What the task requires:
How many lines in the records below contain the word "SUBTRACT"? State only that number.

Records provided:
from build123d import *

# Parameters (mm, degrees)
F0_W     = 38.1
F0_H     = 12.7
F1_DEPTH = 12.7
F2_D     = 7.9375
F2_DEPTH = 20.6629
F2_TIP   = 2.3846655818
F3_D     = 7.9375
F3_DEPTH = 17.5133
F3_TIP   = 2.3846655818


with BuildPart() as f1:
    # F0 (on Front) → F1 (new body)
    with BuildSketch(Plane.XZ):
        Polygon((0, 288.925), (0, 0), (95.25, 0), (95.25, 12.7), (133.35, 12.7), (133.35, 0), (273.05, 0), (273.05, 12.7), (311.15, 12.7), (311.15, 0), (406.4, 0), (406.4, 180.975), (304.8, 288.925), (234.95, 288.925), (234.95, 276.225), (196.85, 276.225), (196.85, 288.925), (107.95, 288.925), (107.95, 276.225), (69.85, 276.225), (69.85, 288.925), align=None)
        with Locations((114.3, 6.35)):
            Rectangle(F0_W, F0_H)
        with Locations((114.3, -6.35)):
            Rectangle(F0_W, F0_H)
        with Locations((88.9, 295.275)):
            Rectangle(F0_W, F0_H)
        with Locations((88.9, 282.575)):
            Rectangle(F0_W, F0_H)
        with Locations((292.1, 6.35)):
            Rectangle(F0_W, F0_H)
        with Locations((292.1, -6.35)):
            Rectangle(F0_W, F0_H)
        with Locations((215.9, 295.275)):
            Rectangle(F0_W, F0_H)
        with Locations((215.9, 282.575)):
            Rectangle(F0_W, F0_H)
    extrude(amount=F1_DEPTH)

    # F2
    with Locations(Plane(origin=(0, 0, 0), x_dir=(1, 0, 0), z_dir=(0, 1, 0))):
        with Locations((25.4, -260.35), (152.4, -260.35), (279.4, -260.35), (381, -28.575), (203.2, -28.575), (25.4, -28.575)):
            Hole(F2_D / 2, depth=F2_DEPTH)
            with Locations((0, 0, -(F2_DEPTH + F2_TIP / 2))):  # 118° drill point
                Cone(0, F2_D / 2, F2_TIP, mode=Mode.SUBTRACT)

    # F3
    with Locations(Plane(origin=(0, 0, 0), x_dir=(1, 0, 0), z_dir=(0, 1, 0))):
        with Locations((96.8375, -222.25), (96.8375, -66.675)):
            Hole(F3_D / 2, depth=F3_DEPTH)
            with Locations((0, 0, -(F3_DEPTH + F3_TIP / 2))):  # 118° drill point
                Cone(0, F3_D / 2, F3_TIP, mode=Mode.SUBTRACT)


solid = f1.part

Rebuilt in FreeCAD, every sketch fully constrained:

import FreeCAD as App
import Part
import Sketcher
Q = App.Units.Quantity


def add_polygon(sketch, points):
    """Adds a closed chain of lines whose ends are joined by coincident constraints."""
    first, n = sketch.GeometryCount, len(points)
    for a, b in zip(points, points[1:] + points[:1]):
        sketch.addGeometry(Part.LineSegment(App.Vector(*a, 0), App.Vector(*b, 0)), False)
    for i in range(n):
        sketch.addConstraint(Sketcher.Constraint("Coincident", first + i, 2, first + (i + 1) % n, 1))

doc = App.newDocument("Part")
body = doc.addObject("PartDesign::Body", "Body")

# Sketch on XZ plane
sketch1 = body.newObject("Sketcher::SketchObject", "Sketch")
sketch1.AttachmentSupport = (doc.getObject("XZ_Plane"), [""])
sketch1.MapMode = "FlatFace"
add_polygon(sketch1, [(70, 289), (0, 289), (0, 0), (95, 0), (95, -13), (133, -13), (133, 0), (273, 0), (273, -13), (311, -13), (311, 0), (406, 0), (406, 181), (305, 289), (235, 289), (235, 302), (197, 302), (197, 289), (108, 289), (108, 302), (70, 302)])  # lines 0-20
sketch1.addConstraint([
    Sketcher.Constraint("Horizontal", 0),
    Sketcher.Constraint("Vertical", 1),
    Sketcher.Constraint("Horizontal", 2),
    Sketcher.Constraint("Vertical", 3),
    Sketcher.Constraint("Horizontal", 4),
    Sketcher.Constraint("Vertical", 5),
    Sketcher.Constraint("Horizontal", 6),
    Sketcher.Constraint("Vertical", 7),
    Sketcher.Constraint("Horizontal", 8),
    Sketcher.Constraint("Vertical", 9),
    Sketcher.Constraint("Horizontal", 10),
    Sketcher.Constraint("Vertical", 11),
    Sketcher.Constraint("Horizontal", 13),
    Sketcher.Constraint("Vertical", 14),
    Sketcher.Constraint("Horizontal", 15),
    Sketcher.Constraint("Vertical", 16),
    Sketcher.Constraint("Horizontal", 17),
    Sketcher.Constraint("Vertical", 18),
    Sketcher.Constraint("Horizontal", 19),
    Sketcher.Constraint("Vertical", 20),
    Sketcher.Constraint("Coincident", 1, 2, -1, 1),
    Sketcher.Constraint("PointOnObject", 5, 2, -1),
    Sketcher.Constraint("PointOnObject", 9, 2, -1),
    Sketcher.Constraint("Horizontal", 4, 2, 7, 2),
    Sketcher.Constraint("Horizontal", 0, 2, 12, 2),
    Sketcher.Constraint("Horizontal", 13, 2, 16, 2),
    Sketcher.Constraint("Horizontal", 15, 2, 18, 2),
    Sketcher.Constraint("Equal", 4, 8),
    Sketcher.Constraint("Equal", 2, 10),
    Sketcher.Constraint("Equal", 0, 13),
    Sketcher.Constraint("Equal", 8, 15),
    Sketcher.Constraint("Equal", 15, 19),
    Sketcher.Constraint("Equal", 9, 14),
    Sketcher.Constraint("DistanceX", 4, 1, 4, 2, Q("1.5 in")),
    Sketcher.Constraint("DistanceX", 6, 1, 6, 2, Q("5.5 in")),
    Sketcher.Constraint("DistanceX", 17, 2, 17, 1, Q("3.5 in")),
    Sketcher.Constraint("DistanceY", 3, 2, 3, 1, Q("0.5 in")),
    Sketcher.Constraint("DistanceX", -1, 1, 10, 2, Q("16 in")),
    Sketcher.Constraint("DistanceX", -1, 1, 12, 2, Q("12 in")),
    Sketcher.Constraint("DistanceY", 1, 2, 1, 1, Q("11.375 in")),
    Sketcher.Constraint("DistanceY", 11, 1, 11, 2, Q("7.125 in")),
])
pad1 = body.newObject("PartDesign::Pad", "Pad")
pad1.Profile = sketch1
pad1.Length = Q("0.5 in")

# Sketch on XZ plane
sketch2 = body.newObject("Sketcher::SketchObject", "Sketch001")
sketch2.AttachmentSupport = (doc.getObject("XZ_Plane"), [""])
sketch2.MapMode = "FlatFace"
sketch2.addGeometry([
    Part.Circle(App.Vector(25.4, 260.4, 0), App.Vector(0, 0, 1), 4),  # 0
    Part.Circle(App.Vector(152.4, 260.4, 0), App.Vector(0, 0, 1), 4),  # 1
    Part.Circle(App.Vector(279.4, 260.4, 0), App.Vector(0, 0, 1), 4),  # 2
    Part.Circle(App.Vector(381, 28.6, 0), App.Vector(0, 0, 1), 4),  # 3
    Part.Circle(App.Vector(203.2, 28.6, 0), App.Vector(0, 0, 1), 4),  # 4
    Part.Circle(App.Vector(25.4, 28.6, 0), App.Vector(0, 0, 1), 4),  # 5
], False)
sketch2.addConstraint([
    Sketcher.Constraint("Equal", 0, 1),
    Sketcher.Constraint("Equal", 1, 2),
    Sketcher.Constraint("Equal", 2, 3),
    Sketcher.Constraint("Equal", 3, 4),
    Sketcher.Constraint("Equal", 4, 5),
    Sketcher.Constraint("Horizontal", 0, 3, 1, 3),
    Sketcher.Constraint("Horizontal", 1, 3, 2, 3),
    Sketcher.Constraint("Horizontal", 3, 3, 4, 3),
    Sketcher.Constraint("Horizontal", 4, 3, 5, 3),
    Sketcher.Constraint("Vertical", 0, 3, 5, 3),
    Sketcher.Constraint("Diameter", 0, Q("0.3125 in")),
    Sketcher.Constraint("DistanceX", -1, 1, 0, 3, Q("1 in")),
    Sketcher.Constraint("DistanceX", -1, 1, 1, 3, Q("6 in")),
    Sketcher.Constraint("DistanceX", -1, 1, 2, 3, Q("11 in")),
    Sketcher.Constraint("DistanceX", -1, 1, 3, 3, Q("15 in")),
    Sketcher.Constraint("DistanceX", -1, 1, 4, 3, Q("8 in")),
    Sketcher.Constraint("DistanceY", -1, 1, 0, 3, Q("10.25 in")),
    Sketcher.Constraint("DistanceY", -1, 1, 3, 3, Q("1.125 in")),
])
doc.recompute()
hole = body.newObject("PartDesign::Hole", "Hole")
hole.Profile = sketch2
hole.ThreadType = "None"
hole.Diameter = Q("0.3125 in")
hole.DepthType = "Dimension"
hole.Depth = Q("0.8135 in")
hole.DrillPoint = "Angled"
hole.DrillPointAngle = 118
hole.Reversed = True

# Sketch on XZ plane
sketch3 = body.newObject("Sketcher::SketchObject", "Sketch002")
sketch3.AttachmentSupport = (doc.getObject("XZ_Plane"), [""])
sketch3.MapMode = "FlatFace"
sketch3.addGeometry([
    Part.Circle(App.Vector(96.8, 222.2, 0), App.Vector(0, 0, 1), 4),
    Part.Circle(App.Vector(96.8, 66.7, 0), App.Vector(0, 0, 1), 4),
], False)
sketch3.addConstraint([
    Sketcher.Constraint("Equal", 0, 1),
    Sketcher.Constraint("Vertical", 0, 3, 1, 3),
    Sketcher.Constraint("Diameter", 0, Q("0.3125 in")),
    Sketcher.Constraint("DistanceY", -1, 1, 0, 3, Q("8.75 in")),
    Sketcher.Constraint("DistanceX", -1, 1, 0, 3, Q("3.8125 in")),
    Sketcher.Constraint("DistanceY", -1, 1, 1, 3, Q("2.625 in")),
])
doc.recompute()
hole2 = body.newObject("PartDesign::Hole", "Hole001")
hole2.Profile = sketch3
hole2.ThreadType = "None"
hole2.Diameter = Q("0.3125 in")
hole2.DepthType = "Dimension"
hole2.Depth = Q("0.6895 in")
hole2.DrillPoint = "Angled"
hole2.DrillPointAngle = 118
hole2.Reversed = True

doc.recompute()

Response:
2